И второе. К этому меня вынуждает Полонский, как это ни странно. Почему? Потому, что Полонский, пользуясь своей солидной литературной трибуной, старается перенести <вину> на ни в чем не повинных людей… <
На заседании сотрудников журнала «Новый Леф», 5 марта 1927*
Товарищи!
Перейдем к следующему вопросу.
Вы прочли в «Известиях» статьи Ольшевца* — Полонского* о «Лефе».
Сам факт появления этих статей удовлетворителен. Главное, что угрожало нам, это сознательное замалчивание «Лефа». Не выдержали — прорвало.
Мы били, но не думали, что так больно. Крик большой — три статьи длиною с целый «Леф». А если принять в соображение тираж «Известий», то это больше веса годовой продукции лефов.
Статьи Полонского — это статьи не литературного критика, а редактора-скупщика. Полонский ощущает выход «Нового Лефа»* как прорыв какой-то своей несуществующей монополии.
Это — самый вредный тип редакторов.
Страсть к монополии создает у них полное безразличие к художественным и идейным качествам продукции. Им важны отдельные тиражные имена.
Полонскому ненавистна всякая художественная группировка. Отсюда слова: «Порознь вы хороши, а вместе не годитесь». Отсюда испытанные навыки борьбы: обвинения в комплоте, попытки перекупить, сманить отдельные «имена», временно соблазнить сверхтарифной оплатой, подкупить авансами — и в результате отнивелировать всех под свой средненький вкус.
Гаденькая мысль о «кружковщине» «Лефа» и о его желании обособиться могла родиться только в мозгу обозленного монополиста. Полонскому должно быть известно, сколько хлеба всыпали лефовцы в общий элеватор советской литературы. Хорош был бы Полонский со своей монополией без этого хлеба!
Но «Леф» настаивает на своем праве иметь ежемесячно свои три листа, где сотрудники связаны не только общей гонорарной ведомостью, но и общим методом работы и художественными задачами. Это необходимо для улучшения качества того самого хлеба, который «Леф» дает советской культуре.
Прав т. Ханин в № 2 «Молодой гвардии»*: «Ежели бы какой-нибудь коммунистический благодетель попытался собрать всех наших писателей и поэтов в одну комнату, остриг бы их всех под одну гребенку и приказал бы им писать по одним и тем же правилам, которые он, единственный коммунистический благодетель, им укажет, то из этого ничего путного не получилось бы».

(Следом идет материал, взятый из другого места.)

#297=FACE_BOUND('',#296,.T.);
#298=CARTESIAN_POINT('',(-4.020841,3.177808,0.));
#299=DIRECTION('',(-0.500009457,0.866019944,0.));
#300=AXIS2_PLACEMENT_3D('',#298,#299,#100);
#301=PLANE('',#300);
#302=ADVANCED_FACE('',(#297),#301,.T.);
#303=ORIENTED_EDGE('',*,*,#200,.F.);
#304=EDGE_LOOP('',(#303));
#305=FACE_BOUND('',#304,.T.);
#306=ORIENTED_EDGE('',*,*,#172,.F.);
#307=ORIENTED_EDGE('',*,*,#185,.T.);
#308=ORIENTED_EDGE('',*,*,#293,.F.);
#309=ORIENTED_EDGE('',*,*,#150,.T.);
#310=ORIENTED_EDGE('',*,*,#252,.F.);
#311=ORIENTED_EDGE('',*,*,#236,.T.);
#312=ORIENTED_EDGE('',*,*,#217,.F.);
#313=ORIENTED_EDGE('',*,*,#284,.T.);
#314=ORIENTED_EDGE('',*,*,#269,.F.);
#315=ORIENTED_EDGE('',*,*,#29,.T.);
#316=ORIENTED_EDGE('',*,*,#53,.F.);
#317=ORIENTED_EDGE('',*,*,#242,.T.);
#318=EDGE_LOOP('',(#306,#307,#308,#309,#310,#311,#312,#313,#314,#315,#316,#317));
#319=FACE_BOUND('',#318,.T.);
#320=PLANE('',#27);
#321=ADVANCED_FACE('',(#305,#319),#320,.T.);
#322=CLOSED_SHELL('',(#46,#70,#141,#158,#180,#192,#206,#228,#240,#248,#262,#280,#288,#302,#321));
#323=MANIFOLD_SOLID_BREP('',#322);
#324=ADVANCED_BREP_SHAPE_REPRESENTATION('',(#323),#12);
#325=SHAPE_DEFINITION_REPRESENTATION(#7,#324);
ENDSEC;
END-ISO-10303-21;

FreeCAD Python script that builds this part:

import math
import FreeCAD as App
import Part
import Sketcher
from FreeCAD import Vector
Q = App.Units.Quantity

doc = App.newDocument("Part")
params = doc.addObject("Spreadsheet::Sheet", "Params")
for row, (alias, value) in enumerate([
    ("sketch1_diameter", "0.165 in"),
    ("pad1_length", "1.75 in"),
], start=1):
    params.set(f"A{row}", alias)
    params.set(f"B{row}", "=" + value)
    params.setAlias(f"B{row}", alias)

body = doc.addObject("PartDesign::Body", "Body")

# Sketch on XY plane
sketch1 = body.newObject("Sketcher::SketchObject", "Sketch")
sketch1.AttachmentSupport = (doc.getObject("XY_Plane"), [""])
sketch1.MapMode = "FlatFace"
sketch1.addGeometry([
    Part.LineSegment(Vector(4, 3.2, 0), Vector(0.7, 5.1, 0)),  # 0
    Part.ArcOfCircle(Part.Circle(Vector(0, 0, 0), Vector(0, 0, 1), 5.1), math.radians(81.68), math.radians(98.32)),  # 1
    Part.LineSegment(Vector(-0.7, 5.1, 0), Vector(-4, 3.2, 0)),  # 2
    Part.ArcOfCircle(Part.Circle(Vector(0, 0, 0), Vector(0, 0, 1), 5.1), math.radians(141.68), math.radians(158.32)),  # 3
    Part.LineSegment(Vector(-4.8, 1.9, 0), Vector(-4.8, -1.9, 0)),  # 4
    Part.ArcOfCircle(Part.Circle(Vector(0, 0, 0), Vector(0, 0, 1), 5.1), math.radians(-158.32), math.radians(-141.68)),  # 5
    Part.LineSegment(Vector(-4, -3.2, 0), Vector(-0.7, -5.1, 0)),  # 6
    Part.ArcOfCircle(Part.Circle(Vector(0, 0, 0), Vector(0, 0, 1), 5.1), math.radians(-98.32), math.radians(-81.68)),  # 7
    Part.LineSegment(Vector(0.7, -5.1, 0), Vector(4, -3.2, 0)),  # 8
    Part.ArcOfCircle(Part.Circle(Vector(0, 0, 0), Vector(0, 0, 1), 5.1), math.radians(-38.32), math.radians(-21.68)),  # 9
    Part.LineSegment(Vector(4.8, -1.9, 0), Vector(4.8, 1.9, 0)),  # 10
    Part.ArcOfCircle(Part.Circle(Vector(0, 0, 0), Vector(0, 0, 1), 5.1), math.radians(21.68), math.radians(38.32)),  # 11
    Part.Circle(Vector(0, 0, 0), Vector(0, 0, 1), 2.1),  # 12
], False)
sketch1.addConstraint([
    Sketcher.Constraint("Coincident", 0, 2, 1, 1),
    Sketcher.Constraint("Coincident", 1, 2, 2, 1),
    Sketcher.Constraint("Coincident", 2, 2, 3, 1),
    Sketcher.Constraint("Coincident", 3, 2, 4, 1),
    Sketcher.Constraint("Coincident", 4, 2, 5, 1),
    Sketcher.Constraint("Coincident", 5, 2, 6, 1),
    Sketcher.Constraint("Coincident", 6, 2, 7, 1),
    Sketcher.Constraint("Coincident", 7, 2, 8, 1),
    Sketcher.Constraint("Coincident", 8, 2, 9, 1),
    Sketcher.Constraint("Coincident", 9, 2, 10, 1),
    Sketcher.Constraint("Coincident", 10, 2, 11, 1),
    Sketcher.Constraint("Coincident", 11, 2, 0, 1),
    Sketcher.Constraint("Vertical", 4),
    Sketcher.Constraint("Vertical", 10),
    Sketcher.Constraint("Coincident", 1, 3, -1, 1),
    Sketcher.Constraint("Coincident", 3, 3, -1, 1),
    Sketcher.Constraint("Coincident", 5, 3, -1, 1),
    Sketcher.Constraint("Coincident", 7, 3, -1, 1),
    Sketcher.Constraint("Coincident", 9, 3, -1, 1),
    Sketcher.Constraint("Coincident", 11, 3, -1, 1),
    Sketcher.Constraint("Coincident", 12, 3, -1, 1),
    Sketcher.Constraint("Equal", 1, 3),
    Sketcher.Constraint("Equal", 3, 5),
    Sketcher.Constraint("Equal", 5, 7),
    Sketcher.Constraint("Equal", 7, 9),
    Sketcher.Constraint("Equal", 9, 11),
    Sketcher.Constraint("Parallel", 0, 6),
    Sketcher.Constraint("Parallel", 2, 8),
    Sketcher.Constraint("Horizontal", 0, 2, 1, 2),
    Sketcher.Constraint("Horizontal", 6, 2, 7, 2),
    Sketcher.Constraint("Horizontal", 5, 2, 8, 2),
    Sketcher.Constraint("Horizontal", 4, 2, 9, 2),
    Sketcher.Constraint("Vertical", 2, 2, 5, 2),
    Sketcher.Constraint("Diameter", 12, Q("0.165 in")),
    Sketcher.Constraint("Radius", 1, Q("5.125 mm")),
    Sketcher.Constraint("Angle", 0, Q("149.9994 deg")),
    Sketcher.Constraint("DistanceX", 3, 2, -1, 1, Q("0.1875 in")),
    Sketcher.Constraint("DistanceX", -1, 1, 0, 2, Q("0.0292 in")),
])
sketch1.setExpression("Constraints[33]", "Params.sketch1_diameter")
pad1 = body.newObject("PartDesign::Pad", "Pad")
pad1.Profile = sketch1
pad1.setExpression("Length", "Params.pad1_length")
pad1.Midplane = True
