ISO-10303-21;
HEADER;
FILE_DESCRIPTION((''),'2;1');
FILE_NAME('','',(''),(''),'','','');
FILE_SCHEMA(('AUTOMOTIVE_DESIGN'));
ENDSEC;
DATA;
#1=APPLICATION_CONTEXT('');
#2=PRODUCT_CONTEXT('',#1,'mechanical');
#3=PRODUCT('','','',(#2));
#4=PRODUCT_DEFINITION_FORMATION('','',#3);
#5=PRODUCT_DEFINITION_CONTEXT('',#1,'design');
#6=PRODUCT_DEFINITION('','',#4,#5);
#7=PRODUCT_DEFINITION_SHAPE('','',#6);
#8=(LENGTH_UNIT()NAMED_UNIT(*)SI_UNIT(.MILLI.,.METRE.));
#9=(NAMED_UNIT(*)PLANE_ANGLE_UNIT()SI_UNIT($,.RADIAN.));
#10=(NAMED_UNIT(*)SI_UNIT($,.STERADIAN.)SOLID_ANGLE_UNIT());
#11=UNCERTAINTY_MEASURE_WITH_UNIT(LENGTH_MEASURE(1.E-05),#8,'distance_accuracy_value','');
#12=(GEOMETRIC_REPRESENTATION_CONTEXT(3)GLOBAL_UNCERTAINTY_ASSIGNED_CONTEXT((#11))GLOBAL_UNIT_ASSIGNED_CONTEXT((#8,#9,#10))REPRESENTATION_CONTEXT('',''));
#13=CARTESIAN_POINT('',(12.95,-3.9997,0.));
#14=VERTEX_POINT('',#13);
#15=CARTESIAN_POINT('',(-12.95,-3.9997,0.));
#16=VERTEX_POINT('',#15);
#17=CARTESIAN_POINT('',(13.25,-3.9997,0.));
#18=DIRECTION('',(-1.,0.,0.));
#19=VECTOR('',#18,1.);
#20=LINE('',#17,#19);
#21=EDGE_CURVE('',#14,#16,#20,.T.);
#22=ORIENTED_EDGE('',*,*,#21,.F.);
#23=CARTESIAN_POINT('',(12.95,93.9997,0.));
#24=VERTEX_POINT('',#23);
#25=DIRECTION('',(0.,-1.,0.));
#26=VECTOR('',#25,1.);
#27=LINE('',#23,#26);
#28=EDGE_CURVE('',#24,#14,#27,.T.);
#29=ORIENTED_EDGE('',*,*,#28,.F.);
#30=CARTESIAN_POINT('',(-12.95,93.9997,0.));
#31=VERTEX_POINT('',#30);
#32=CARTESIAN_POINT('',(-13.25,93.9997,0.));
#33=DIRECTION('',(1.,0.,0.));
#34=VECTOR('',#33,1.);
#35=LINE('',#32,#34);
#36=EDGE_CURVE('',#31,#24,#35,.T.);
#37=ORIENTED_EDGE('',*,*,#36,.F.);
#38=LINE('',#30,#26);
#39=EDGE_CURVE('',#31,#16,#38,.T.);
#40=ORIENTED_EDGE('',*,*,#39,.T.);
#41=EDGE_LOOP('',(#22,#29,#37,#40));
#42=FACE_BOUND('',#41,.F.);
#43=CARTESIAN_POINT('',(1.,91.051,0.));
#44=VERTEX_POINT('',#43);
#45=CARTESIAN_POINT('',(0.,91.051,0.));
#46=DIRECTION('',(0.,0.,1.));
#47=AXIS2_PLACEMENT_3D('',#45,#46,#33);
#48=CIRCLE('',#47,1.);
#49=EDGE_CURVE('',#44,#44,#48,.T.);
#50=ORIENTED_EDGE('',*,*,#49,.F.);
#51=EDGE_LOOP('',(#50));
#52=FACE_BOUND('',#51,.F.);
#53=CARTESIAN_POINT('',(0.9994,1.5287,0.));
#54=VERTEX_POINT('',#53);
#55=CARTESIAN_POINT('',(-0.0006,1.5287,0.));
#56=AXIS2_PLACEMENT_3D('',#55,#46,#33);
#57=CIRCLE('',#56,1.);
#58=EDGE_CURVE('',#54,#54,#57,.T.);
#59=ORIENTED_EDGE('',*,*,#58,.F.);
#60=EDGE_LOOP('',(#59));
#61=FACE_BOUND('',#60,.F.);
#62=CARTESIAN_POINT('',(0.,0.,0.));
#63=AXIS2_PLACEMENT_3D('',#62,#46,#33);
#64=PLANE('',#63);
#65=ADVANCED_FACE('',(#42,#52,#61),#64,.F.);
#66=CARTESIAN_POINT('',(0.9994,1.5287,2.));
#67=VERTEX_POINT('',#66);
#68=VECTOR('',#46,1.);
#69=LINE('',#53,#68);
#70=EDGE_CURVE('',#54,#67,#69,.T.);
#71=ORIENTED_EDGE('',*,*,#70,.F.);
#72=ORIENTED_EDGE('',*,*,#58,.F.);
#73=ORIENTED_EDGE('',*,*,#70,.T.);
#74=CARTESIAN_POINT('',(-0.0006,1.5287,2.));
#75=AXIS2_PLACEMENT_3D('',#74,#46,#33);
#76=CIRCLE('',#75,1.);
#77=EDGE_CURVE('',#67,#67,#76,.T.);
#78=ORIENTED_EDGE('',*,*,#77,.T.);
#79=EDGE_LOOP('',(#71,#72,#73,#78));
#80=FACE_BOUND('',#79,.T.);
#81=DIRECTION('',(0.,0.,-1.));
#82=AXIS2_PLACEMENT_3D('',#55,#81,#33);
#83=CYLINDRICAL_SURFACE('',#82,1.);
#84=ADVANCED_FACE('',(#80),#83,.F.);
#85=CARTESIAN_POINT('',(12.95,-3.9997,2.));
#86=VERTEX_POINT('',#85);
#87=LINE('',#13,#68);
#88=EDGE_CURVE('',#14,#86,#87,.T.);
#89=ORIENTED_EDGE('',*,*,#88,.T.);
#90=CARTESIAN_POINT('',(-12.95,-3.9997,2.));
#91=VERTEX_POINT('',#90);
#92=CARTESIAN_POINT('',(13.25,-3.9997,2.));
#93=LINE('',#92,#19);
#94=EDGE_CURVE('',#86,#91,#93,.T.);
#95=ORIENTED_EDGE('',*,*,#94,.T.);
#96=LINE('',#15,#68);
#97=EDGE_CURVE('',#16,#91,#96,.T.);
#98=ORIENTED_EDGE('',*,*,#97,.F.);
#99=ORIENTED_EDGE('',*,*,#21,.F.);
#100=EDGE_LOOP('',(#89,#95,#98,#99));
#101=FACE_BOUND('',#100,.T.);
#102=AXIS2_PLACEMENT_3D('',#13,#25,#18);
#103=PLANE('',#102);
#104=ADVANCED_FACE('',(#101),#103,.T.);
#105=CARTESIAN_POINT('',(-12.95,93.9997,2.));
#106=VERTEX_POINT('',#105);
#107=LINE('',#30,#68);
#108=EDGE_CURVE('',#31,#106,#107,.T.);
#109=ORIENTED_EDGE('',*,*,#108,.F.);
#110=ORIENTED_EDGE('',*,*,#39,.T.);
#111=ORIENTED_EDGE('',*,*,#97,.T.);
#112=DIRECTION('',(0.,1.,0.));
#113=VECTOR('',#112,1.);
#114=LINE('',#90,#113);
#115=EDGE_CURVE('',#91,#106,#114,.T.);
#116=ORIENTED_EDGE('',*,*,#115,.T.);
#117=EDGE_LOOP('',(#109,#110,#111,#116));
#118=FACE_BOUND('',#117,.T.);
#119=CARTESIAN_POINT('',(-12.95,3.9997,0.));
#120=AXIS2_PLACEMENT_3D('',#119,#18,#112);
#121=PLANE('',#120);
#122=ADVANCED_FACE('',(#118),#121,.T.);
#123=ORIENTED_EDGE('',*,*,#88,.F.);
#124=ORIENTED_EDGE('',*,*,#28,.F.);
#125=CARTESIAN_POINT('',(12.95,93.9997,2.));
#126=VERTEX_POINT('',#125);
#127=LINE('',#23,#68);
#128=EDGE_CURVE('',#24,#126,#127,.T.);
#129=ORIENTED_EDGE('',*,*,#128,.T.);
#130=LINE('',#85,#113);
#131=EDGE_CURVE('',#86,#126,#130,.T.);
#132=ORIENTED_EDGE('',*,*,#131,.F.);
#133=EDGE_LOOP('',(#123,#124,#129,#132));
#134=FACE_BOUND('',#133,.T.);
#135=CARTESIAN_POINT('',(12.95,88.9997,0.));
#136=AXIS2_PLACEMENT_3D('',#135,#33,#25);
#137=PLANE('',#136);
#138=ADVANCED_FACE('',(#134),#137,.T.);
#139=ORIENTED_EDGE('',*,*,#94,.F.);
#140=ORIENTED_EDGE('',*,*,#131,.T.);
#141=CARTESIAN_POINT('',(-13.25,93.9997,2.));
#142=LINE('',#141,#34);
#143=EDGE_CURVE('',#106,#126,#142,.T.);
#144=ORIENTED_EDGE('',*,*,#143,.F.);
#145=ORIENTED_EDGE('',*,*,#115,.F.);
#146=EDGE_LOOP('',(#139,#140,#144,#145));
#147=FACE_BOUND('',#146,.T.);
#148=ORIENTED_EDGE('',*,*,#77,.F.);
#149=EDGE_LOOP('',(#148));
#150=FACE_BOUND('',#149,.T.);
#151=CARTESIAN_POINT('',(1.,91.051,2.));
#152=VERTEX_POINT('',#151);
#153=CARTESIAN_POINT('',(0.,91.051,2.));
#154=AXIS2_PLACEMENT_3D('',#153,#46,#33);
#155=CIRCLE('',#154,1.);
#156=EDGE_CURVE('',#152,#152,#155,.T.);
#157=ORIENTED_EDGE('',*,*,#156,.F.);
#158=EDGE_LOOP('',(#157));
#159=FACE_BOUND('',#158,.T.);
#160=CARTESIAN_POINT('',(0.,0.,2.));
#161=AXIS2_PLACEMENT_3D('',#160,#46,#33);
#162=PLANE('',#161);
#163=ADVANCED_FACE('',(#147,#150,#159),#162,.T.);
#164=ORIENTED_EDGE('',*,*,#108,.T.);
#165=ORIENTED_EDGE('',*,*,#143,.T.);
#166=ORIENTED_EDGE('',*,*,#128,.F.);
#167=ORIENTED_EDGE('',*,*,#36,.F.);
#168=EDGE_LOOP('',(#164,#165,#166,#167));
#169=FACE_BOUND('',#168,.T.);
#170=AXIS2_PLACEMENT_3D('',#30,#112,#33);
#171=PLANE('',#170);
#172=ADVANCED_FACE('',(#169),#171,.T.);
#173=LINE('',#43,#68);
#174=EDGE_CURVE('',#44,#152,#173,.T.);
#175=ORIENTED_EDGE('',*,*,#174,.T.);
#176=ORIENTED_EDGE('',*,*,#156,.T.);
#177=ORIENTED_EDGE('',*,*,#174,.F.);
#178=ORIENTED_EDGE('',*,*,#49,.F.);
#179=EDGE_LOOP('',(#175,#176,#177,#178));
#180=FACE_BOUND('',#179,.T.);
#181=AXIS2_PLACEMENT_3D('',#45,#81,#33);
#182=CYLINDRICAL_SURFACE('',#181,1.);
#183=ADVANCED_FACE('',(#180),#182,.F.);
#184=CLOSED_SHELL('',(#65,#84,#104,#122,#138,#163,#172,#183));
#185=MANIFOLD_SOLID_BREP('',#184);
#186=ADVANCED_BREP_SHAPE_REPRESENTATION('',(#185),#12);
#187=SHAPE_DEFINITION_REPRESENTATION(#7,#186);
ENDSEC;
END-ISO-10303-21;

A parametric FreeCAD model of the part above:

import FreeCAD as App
import Part
import Sketcher
from FreeCAD import Vector

doc = App.newDocument("Part")
params = doc.addObject("Spreadsheet::Sheet", "Params")
for row, (alias, value) in enumerate([
    ("sketch1_diameter", "2 mm"),
    ("sketch1_width", "25.9 mm"),
    ("pad1_length", "2 mm"),
], start=1):
    params.set(f"A{row}", alias)
    params.set(f"B{row}", "=" + value)
    params.setAlias(f"B{row}", alias)

body = doc.addObject("PartDesign::Body", "Body")

# Sketch on XY plane
sketch1 = body.newObject("Sketcher::SketchObject", "Sketch")
sketch1.AttachmentSupport = (doc.getObject("XY_Plane"), [""])
sketch1.MapMode = "FlatFace"
sketch1.addGeometry([
    Part.LineSegment(Vector(-12.9, -4, 0), Vector(12.9, -4, 0)),  # 0
    Part.LineSegment(Vector(12.9, -4, 0), Vector(12.9, 94, 0)),  # 1
    Part.LineSegment(Vector(12.9, 94, 0), Vector(-12.9, 94, 0)),  # 2
    Part.LineSegment(Vector(-12.9, 94, 0), Vector(-12.9, -4, 0)),  # 3
    Part.Circle(Vector(0, 91.1, 0), Vector(0, 0, 1), 1),  # 4
    Part.Circle(Vector(0, 1.5, 0), Vector(0, 0, 1), 1),  # 5
], False)
sketch1.addConstraint([
    Sketcher.Constraint("Coincident", 0, 2, 1, 1),
    Sketcher.Constraint("Coincident", 1, 2, 2, 1),
    Sketcher.Constraint("Coincident", 2, 2, 3, 1),
    Sketcher.Constraint("Coincident", 3, 2, 0, 1),
    Sketcher.Constraint("Horizontal", 0),
    Sketcher.Constraint("Vertical", 1),
    Sketcher.Constraint("Horizontal", 2),
    Sketcher.Constraint("Vertical", 3),
    Sketcher.Constraint("Equal", 4, 5),
    Sketcher.Constraint("PointOnObject", 4, 3, -2),
    Sketcher.Constraint("Diameter", 4, 2.0),
    Sketcher.Constraint("DistanceX", 0, 1, 0, 2, 25.9),
    Sketcher.Constraint("DistanceX", -1, 1, 0, 2, 12.95),
    Sketcher.Constraint("DistanceY", 1, 1, 1, 2, 97.9994),
    Sketcher.Constraint("DistanceY", -1, 1, 4, 3, 91.051),
    Sketcher.Constraint("DistanceY", 5, 3, 1, 2, 92.471),
    Sketcher.Constraint("DistanceX", 5, 3, -1, 1, 0.0006),
    Sketcher.Constraint("DistanceY", -1, 1, 5, 3, 1.5287),
])
sketch1.setExpression("Constraints[10]", "Params.sketch1_diameter")
sketch1.setExpression("Constraints[11]", "Params.sketch1_width")
pad1 = body.newObject("PartDesign::Pad", "Pad")
pad1.Profile = sketch1
pad1.setExpression("Length", "Params.pad1_length")

doc.recompute()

Мы должны иметь свою комнату, где могли бы подготовлять наши выступления на общесоветских мирах, новях и нивах. Но Полонский уже толкует о каком-то комплоте. Тут он, действительно, в комплот, как муха в компот.
Нельзя же называть комплотом оркестр, готовящийся к общесоветскому выступлению. А то получается — «больше одного не скопляться, осади на плитуар» «Нового мира».
Полонский не организатор литературы, а
Полонский не видит иных целей делания литературных произведений, кроме как зашибание рубля. Так, говоря о моем стихе, называя его рубленой прозой, Полонский врет, утверждая, что рубление делается ради получения двух построчных рублей.
Все вы знаете, что единственная редакция на территории Советского Союза, в которой платят два рубля за строку, — это «Новый мир».
В «Лефе» всем, и мне в том числе, платят 27 к<опеек> за строку, причем вы отлично знаете, что весь свой гонорар мне приходится отдавать «Лефу» на не оплачиваемые Госиздатом канцелярские расходы.
Это мелочь, но об этом надо орать, чтобы перекрыть инсинуаторов, видящих в «Лефе» устройство чьих-то материальных дел. Тем более что материальная обеспеченность других журналов, например «Нового мира», списывающего убытки на «Известия»*, — один из легких способов борьбы с «Лефом». «Леф»-де не оправдывается материально.